Stored items:
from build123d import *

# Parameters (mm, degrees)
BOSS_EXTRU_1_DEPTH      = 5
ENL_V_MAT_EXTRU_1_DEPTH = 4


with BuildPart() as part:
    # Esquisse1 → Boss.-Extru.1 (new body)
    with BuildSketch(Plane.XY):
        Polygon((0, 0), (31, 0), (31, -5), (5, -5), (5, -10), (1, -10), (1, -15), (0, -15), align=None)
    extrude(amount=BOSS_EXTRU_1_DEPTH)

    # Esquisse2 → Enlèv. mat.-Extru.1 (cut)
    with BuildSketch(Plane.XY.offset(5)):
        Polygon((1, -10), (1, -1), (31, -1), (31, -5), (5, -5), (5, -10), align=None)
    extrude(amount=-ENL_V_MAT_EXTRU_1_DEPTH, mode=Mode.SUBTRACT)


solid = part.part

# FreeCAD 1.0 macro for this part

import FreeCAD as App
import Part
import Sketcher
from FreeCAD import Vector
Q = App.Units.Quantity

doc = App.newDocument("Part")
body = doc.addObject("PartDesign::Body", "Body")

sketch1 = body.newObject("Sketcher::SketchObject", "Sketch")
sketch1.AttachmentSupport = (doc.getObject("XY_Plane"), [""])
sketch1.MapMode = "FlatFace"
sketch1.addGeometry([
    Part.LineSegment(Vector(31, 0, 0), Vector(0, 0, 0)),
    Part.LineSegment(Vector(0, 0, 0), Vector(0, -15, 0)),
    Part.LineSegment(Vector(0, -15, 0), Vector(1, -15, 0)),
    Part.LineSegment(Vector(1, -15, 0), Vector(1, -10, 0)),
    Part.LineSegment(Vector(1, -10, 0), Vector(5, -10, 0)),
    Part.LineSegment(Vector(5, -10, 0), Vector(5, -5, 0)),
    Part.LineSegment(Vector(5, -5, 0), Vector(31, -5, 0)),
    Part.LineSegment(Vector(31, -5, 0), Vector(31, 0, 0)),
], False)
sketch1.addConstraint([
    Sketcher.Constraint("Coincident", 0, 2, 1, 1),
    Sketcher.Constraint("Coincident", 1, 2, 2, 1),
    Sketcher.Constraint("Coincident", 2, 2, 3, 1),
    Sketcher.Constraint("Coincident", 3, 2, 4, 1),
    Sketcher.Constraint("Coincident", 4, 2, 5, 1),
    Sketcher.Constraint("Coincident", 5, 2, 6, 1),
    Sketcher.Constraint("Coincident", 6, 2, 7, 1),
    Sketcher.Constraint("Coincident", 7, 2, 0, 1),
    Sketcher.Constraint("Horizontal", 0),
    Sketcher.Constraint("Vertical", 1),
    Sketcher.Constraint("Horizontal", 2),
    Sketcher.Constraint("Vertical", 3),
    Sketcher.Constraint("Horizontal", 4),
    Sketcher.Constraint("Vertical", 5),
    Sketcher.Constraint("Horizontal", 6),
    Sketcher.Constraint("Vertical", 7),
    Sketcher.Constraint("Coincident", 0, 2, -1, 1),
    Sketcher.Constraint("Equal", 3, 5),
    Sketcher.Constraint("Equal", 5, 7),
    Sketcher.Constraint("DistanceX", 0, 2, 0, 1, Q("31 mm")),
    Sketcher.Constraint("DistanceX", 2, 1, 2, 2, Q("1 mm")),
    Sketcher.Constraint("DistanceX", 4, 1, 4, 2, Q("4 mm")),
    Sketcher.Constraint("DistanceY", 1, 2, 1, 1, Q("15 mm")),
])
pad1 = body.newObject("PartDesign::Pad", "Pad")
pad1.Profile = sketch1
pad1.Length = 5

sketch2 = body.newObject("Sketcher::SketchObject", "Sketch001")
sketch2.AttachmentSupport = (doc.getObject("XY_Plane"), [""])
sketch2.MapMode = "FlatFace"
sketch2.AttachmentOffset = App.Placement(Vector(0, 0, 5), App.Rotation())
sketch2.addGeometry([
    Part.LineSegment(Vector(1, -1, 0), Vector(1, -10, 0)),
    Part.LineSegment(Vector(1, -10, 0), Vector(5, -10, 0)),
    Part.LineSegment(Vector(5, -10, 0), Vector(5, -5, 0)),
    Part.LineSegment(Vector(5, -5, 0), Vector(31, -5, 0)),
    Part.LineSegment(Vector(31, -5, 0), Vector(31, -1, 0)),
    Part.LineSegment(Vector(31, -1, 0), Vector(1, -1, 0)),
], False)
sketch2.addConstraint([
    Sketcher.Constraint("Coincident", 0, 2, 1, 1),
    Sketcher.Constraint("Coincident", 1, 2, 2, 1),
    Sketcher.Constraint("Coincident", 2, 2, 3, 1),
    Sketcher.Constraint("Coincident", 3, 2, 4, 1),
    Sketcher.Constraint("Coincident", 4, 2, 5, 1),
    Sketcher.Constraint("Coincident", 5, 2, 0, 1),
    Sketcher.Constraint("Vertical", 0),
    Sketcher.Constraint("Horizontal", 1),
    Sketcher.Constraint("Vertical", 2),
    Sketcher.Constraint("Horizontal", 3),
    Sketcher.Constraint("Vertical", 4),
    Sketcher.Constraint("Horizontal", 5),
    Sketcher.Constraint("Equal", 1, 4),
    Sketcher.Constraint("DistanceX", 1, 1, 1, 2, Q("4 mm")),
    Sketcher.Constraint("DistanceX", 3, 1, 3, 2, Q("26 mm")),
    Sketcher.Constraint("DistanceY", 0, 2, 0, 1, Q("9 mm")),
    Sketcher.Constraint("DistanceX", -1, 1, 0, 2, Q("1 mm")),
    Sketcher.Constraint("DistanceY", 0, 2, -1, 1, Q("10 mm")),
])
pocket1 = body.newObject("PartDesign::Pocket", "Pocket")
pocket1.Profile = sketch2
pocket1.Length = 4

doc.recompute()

- **EXERCISE**: Give the entries once more, exactly as they appear.

- **RESULT FOR THIS TASK**:
from build123d import *

# Parameters (mm, degrees)
BOSS_EXTRU_1_DEPTH      = 5
ENL_V_MAT_EXTRU_1_DEPTH = 4


with BuildPart() as part:
    # Esquisse1 → Boss.-Extru.1 (new body)
    with BuildSketch(Plane.XY):
        Polygon((0, 0), (31, 0), (31, -5), (5, -5), (5, -10), (1, -10), (1, -15), (0, -15), align=None)
    extrude(amount=BOSS_EXTRU_1_DEPTH)

    # Esquisse2 → Enlèv. mat.-Extru.1 (cut)
    with BuildSketch(Plane.XY.offset(5)):
        Polygon((1, -10), (1, -1), (31, -1), (31, -5), (5, -5), (5, -10), align=None)
    extrude(amount=-ENL_V_MAT_EXTRU_1_DEPTH, mode=Mode.SUBTRACT)


solid = part.part

# FreeCAD 1.0 macro for this part

import FreeCAD as App
import Part
import Sketcher
from FreeCAD import Vector
Q = App.Units.Quantity

doc = App.newDocument("Part")
body = doc.addObject("PartDesign::Body", "Body")

sketch1 = body.newObject("Sketcher::SketchObject", "Sketch")
sketch1.AttachmentSupport = (doc.getObject("XY_Plane"), [""])
sketch1.MapMode = "FlatFace"
sketch1.addGeometry([
    Part.LineSegment(Vector(31, 0, 0), Vector(0, 0, 0)),
    Part.LineSegment(Vector(0, 0, 0), Vector(0, -15, 0)),
    Part.LineSegment(Vector(0, -15, 0), Vector(1, -15, 0)),
    Part.LineSegment(Vector(1, -15, 0), Vector(1, -10, 0)),
    Part.LineSegment(Vector(1, -10, 0), Vector(5, -10, 0)),
    Part.LineSegment(Vector(5, -10, 0), Vector(5, -5, 0)),
    Part.LineSegment(Vector(5, -5, 0), Vector(31, -5, 0)),
    Part.LineSegment(Vector(31, -5, 0), Vector(31, 0, 0)),
], False)
sketch1.addConstraint([
    Sketcher.Constraint("Coincident", 0, 2, 1, 1),
    Sketcher.Constraint("Coincident", 1, 2, 2, 1),
    Sketcher.Constraint("Coincident", 2, 2, 3, 1),
    Sketcher.Constraint("Coincident", 3, 2, 4, 1),
    Sketcher.Constraint("Coincident", 4, 2, 5, 1),
    Sketcher.Constraint("Coincident", 5, 2, 6, 1),
    Sketcher.Constraint("Coincident", 6, 2, 7, 1),
    Sketcher.Constraint("Coincident", 7, 2, 0, 1),
    Sketcher.Constraint("Horizontal", 0),
    Sketcher.Constraint("Vertical", 1),
    Sketcher.Constraint("Horizontal", 2),
    Sketcher.Constraint("Vertical", 3),
    Sketcher.Constraint("Horizontal", 4),
    Sketcher.Constraint("Vertical", 5),
    Sketcher.Constraint("Horizontal", 6),
    Sketcher.Constraint("Vertical", 7),
    Sketcher.Constraint("Coincident", 0, 2, -1, 1),
    Sketcher.Constraint("Equal", 3, 5),
    Sketcher.Constraint("Equal", 5, 7),
    Sketcher.Constraint("DistanceX", 0, 2, 0, 1, Q("31 mm")),
    Sketcher.Constraint("DistanceX", 2, 1, 2, 2, Q("1 mm")),
    Sketcher.Constraint("DistanceX", 4, 1, 4, 2, Q("4 mm")),
    Sketcher.Constraint("DistanceY", 1, 2, 1, 1, Q("15 mm")),
])
pad1 = body.newObject("PartDesign::Pad", "Pad")
pad1.Profile = sketch1
pad1.Length = 5

sketch2 = body.newObject("Sketcher::SketchObject", "Sketch001")
sketch2.AttachmentSupport = (doc.getObject("XY_Plane"), [""])
sketch2.MapMode = "FlatFace"
sketch2.AttachmentOffset = App.Placement(Vector(0, 0, 5), App.Rotation())
sketch2.addGeometry([
    Part.LineSegment(Vector(1, -1, 0), Vector(1, -10, 0)),
    Part.LineSegment(Vector(1, -10, 0), Vector(5, -10, 0)),
    Part.LineSegment(Vector(5, -10, 0), Vector(5, -5, 0)),
    Part.LineSegment(Vector(5, -5, 0), Vector(31, -5, 0)),
    Part.LineSegment(Vector(31, -5, 0), Vector(31, -1, 0)),
    Part.LineSegment(Vector(31, -1, 0), Vector(1, -1, 0)),
], False)
sketch2.addConstraint([
    Sketcher.Constraint("Coincident", 0, 2, 1, 1),
    Sketcher.Constraint("Coincident", 1, 2, 2, 1),
    Sketcher.Constraint("Coincident", 2, 2, 3, 1),
    Sketcher.Constraint("Coincident", 3, 2, 4, 1),
    Sketcher.Constraint("Coincident", 4, 2, 5, 1),
    Sketcher.Constraint("Coincident", 5, 2, 0, 1),
    Sketcher.Constraint("Vertical", 0),
    Sketcher.Constraint("Horizontal", 1),
    Sketcher.Constraint("Vertical", 2),
    Sketcher.Constraint("Horizontal", 3),
    Sketcher.Constraint("Vertical", 4),
    Sketcher.Constraint("Horizontal", 5),
    Sketcher.Constraint("Equal", 1, 4),
    Sketcher.Constraint("DistanceX", 1, 1, 1, 2, Q("4 mm")),
    Sketcher.Constraint("DistanceX", 3, 1, 3, 2, Q("26 mm")),
    Sketcher.Constraint("DistanceY", 0, 2, 0, 1, Q("9 mm")),
    Sketcher.Constraint("DistanceX", -1, 1, 0, 2, Q("1 mm")),
    Sketcher.Constraint("DistanceY", 0, 2, -1, 1, Q("10 mm")),
])
pocket1 = body.newObject("PartDesign::Pocket", "Pocket")
pocket1.Profile = sketch2
pocket1.Length = 4

doc.recompute()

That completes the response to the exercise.